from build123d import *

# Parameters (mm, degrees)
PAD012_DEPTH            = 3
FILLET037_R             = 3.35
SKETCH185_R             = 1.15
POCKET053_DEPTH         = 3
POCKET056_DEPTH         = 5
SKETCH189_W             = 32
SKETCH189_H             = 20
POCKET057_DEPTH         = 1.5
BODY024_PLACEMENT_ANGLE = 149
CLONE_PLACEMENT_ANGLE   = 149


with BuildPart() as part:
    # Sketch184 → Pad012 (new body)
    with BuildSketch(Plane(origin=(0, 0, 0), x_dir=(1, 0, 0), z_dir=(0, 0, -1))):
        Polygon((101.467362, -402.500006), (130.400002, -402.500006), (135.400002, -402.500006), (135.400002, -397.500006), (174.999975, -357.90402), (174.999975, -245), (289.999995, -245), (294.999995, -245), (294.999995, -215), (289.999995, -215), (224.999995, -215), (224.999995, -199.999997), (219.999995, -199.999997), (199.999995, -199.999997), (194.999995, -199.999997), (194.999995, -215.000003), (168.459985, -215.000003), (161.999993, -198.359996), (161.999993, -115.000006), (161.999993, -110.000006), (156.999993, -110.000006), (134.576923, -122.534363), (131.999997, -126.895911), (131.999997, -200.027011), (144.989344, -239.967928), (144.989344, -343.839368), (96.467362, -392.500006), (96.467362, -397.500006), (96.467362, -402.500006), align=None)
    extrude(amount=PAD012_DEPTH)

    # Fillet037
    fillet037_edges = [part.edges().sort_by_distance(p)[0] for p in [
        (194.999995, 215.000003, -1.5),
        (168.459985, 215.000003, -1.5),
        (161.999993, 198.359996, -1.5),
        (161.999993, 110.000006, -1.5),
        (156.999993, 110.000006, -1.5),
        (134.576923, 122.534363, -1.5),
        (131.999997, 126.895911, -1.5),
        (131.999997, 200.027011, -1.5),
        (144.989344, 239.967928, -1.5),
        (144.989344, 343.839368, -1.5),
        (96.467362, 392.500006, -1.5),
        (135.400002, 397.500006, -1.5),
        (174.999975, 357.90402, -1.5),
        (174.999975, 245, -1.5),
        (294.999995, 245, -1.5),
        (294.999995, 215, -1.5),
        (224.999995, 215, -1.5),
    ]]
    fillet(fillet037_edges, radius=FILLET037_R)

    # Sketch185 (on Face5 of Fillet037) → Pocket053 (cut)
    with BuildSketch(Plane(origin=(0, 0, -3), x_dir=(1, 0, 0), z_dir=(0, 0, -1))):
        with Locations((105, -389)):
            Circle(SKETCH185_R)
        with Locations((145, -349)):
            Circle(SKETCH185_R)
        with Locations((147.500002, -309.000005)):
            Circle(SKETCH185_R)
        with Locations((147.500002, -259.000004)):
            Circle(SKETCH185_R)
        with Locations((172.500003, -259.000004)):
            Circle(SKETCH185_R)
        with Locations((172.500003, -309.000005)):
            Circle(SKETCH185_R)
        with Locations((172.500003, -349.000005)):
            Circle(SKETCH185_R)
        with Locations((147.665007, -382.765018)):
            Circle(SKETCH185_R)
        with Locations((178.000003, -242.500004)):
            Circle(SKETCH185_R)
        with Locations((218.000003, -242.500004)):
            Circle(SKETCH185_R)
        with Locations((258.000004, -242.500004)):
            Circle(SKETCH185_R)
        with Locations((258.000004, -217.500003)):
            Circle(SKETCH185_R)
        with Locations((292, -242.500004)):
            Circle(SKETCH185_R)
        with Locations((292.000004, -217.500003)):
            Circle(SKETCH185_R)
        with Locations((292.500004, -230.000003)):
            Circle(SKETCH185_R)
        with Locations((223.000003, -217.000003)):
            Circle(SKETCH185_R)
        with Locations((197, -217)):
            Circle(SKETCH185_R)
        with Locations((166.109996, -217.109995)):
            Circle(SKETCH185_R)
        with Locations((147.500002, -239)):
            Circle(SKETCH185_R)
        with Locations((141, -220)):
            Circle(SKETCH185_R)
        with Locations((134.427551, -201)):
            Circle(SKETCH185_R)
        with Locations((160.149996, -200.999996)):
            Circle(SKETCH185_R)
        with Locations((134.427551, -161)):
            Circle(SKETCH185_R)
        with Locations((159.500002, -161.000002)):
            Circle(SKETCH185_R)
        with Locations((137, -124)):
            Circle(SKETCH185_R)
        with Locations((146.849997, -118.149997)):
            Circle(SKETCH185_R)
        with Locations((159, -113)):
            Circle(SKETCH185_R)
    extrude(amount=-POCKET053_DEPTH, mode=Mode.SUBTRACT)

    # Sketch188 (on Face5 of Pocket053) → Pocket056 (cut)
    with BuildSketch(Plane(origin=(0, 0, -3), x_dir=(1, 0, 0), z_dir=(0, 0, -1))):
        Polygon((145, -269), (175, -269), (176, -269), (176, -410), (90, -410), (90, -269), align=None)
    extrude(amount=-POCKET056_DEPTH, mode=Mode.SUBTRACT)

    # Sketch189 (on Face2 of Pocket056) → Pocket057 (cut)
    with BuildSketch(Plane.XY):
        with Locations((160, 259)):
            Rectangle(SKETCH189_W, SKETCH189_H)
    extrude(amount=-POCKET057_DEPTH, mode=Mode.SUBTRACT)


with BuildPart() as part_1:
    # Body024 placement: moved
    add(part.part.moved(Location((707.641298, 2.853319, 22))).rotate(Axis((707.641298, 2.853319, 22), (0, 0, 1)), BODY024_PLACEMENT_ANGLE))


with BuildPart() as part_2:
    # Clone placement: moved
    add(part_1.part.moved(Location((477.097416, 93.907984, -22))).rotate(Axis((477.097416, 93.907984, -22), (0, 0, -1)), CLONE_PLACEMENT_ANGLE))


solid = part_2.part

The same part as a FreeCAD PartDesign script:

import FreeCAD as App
import Part
import Sketcher


def edges_at(feature, points):
    """Names of the edges that pass closest to the given points."""
    edges = feature.Shape.Edges
    near = lambda p: min(range(len(edges)), key=lambda i: edges[i].distToShape(Part.Vertex(*p))[0])
    return sorted({f"Edge{near(p) + 1}" for p in points})

doc = App.newDocument("Part")
body = doc.addObject("PartDesign::Body", "Body")

# Sketch on XY plane
sketch1 = body.newObject("Sketcher::SketchObject", "Sketch")
sketch1.AttachmentSupport = (doc.getObject("XY_Plane"), [""])
sketch1.MapMode = "FlatFace"
sketch1.addGeometry([
    Part.LineSegment(App.Vector(135.400002, 402.500006, 0), App.Vector(135.400002, 397.500006, 0)),  # 0
    Part.LineSegment(App.Vector(135.400002, 397.500006, 0), App.Vector(174.999975, 357.90402, 0)),  # 1
    Part.LineSegment(App.Vector(174.999975, 357.90402, 0), App.Vector(174.999975, 245, 0)),  # 2
    Part.LineSegment(App.Vector(174.999975, 245, 0), App.Vector(294.999995, 245, 0)),  # 3
    Part.LineSegment(App.Vector(294.999995, 245, 0), App.Vector(294.999995, 215, 0)),  # 4
    Part.LineSegment(App.Vector(294.999995, 215, 0), App.Vector(224.999995, 215, 0)),  # 5
    Part.LineSegment(App.Vector(224.999995, 215, 0), App.Vector(224.999995, 199.999997, 0)),  # 6
    Part.LineSegment(App.Vector(224.999995, 199.999997, 0), App.Vector(194.999995, 199.999997, 0)),  # 7
    Part.LineSegment(App.Vector(194.999995, 199.999997, 0), App.Vector(194.999995, 215.000003, 0)),  # 8
    Part.LineSegment(App.Vector(194.999995, 215.000003, 0), App.Vector(168.459985, 215.000003, 0)),  # 9
    Part.LineSegment(App.Vector(168.459985, 215.000003, 0), App.Vector(161.999993, 198.359996, 0)),  # 10
    Part.LineSegment(App.Vector(161.999993, 198.359996, 0), App.Vector(161.999993, 110.000006, 0)),  # 11
    Part.LineSegment(App.Vector(161.999993, 110.000006, 0), App.Vector(156.999993, 110.000006, 0)),  # 12
    Part.LineSegment(App.Vector(156.999993, 110.000006, 0), App.Vector(134.576923, 122.534363, 0)),  # 13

::::::::

Task to complete -> Would you please return all lines from the listing above that contain "Polygon"?

Answer to this problem ->
        Polygon((101.467362, -402.500006), (130.400002, -402.500006), (135.400002, -402.500006), (135.400002, -397.500006), (174.999975, -357.90402), (174.999975, -245), (289.999995, -245), (294.999995, -245), (294.999995, -215), (289.999995, -215), (224.999995, -215), (224.999995, -199.999997), (219.999995, -199.999997), (199.999995, -199.999997), (194.999995, -199.999997), (194.999995, -215.000003), (168.459985, -215.000003), (161.999993, -198.359996), (161.999993, -115.000006), (161.999993, -110.000006), (156.999993, -110.000006), (134.576923, -122.534363), (131.999997, -126.895911), (131.999997, -200.027011), (144.989344, -239.967928), (144.989344, -343.839368), (96.467362, -392.500006), (96.467362, -397.500006), (96.467362, -402.500006), align=None)
        Polygon((145, -269), (175, -269), (176, -269), (176, -410), (90, -410), (90, -269), align=None)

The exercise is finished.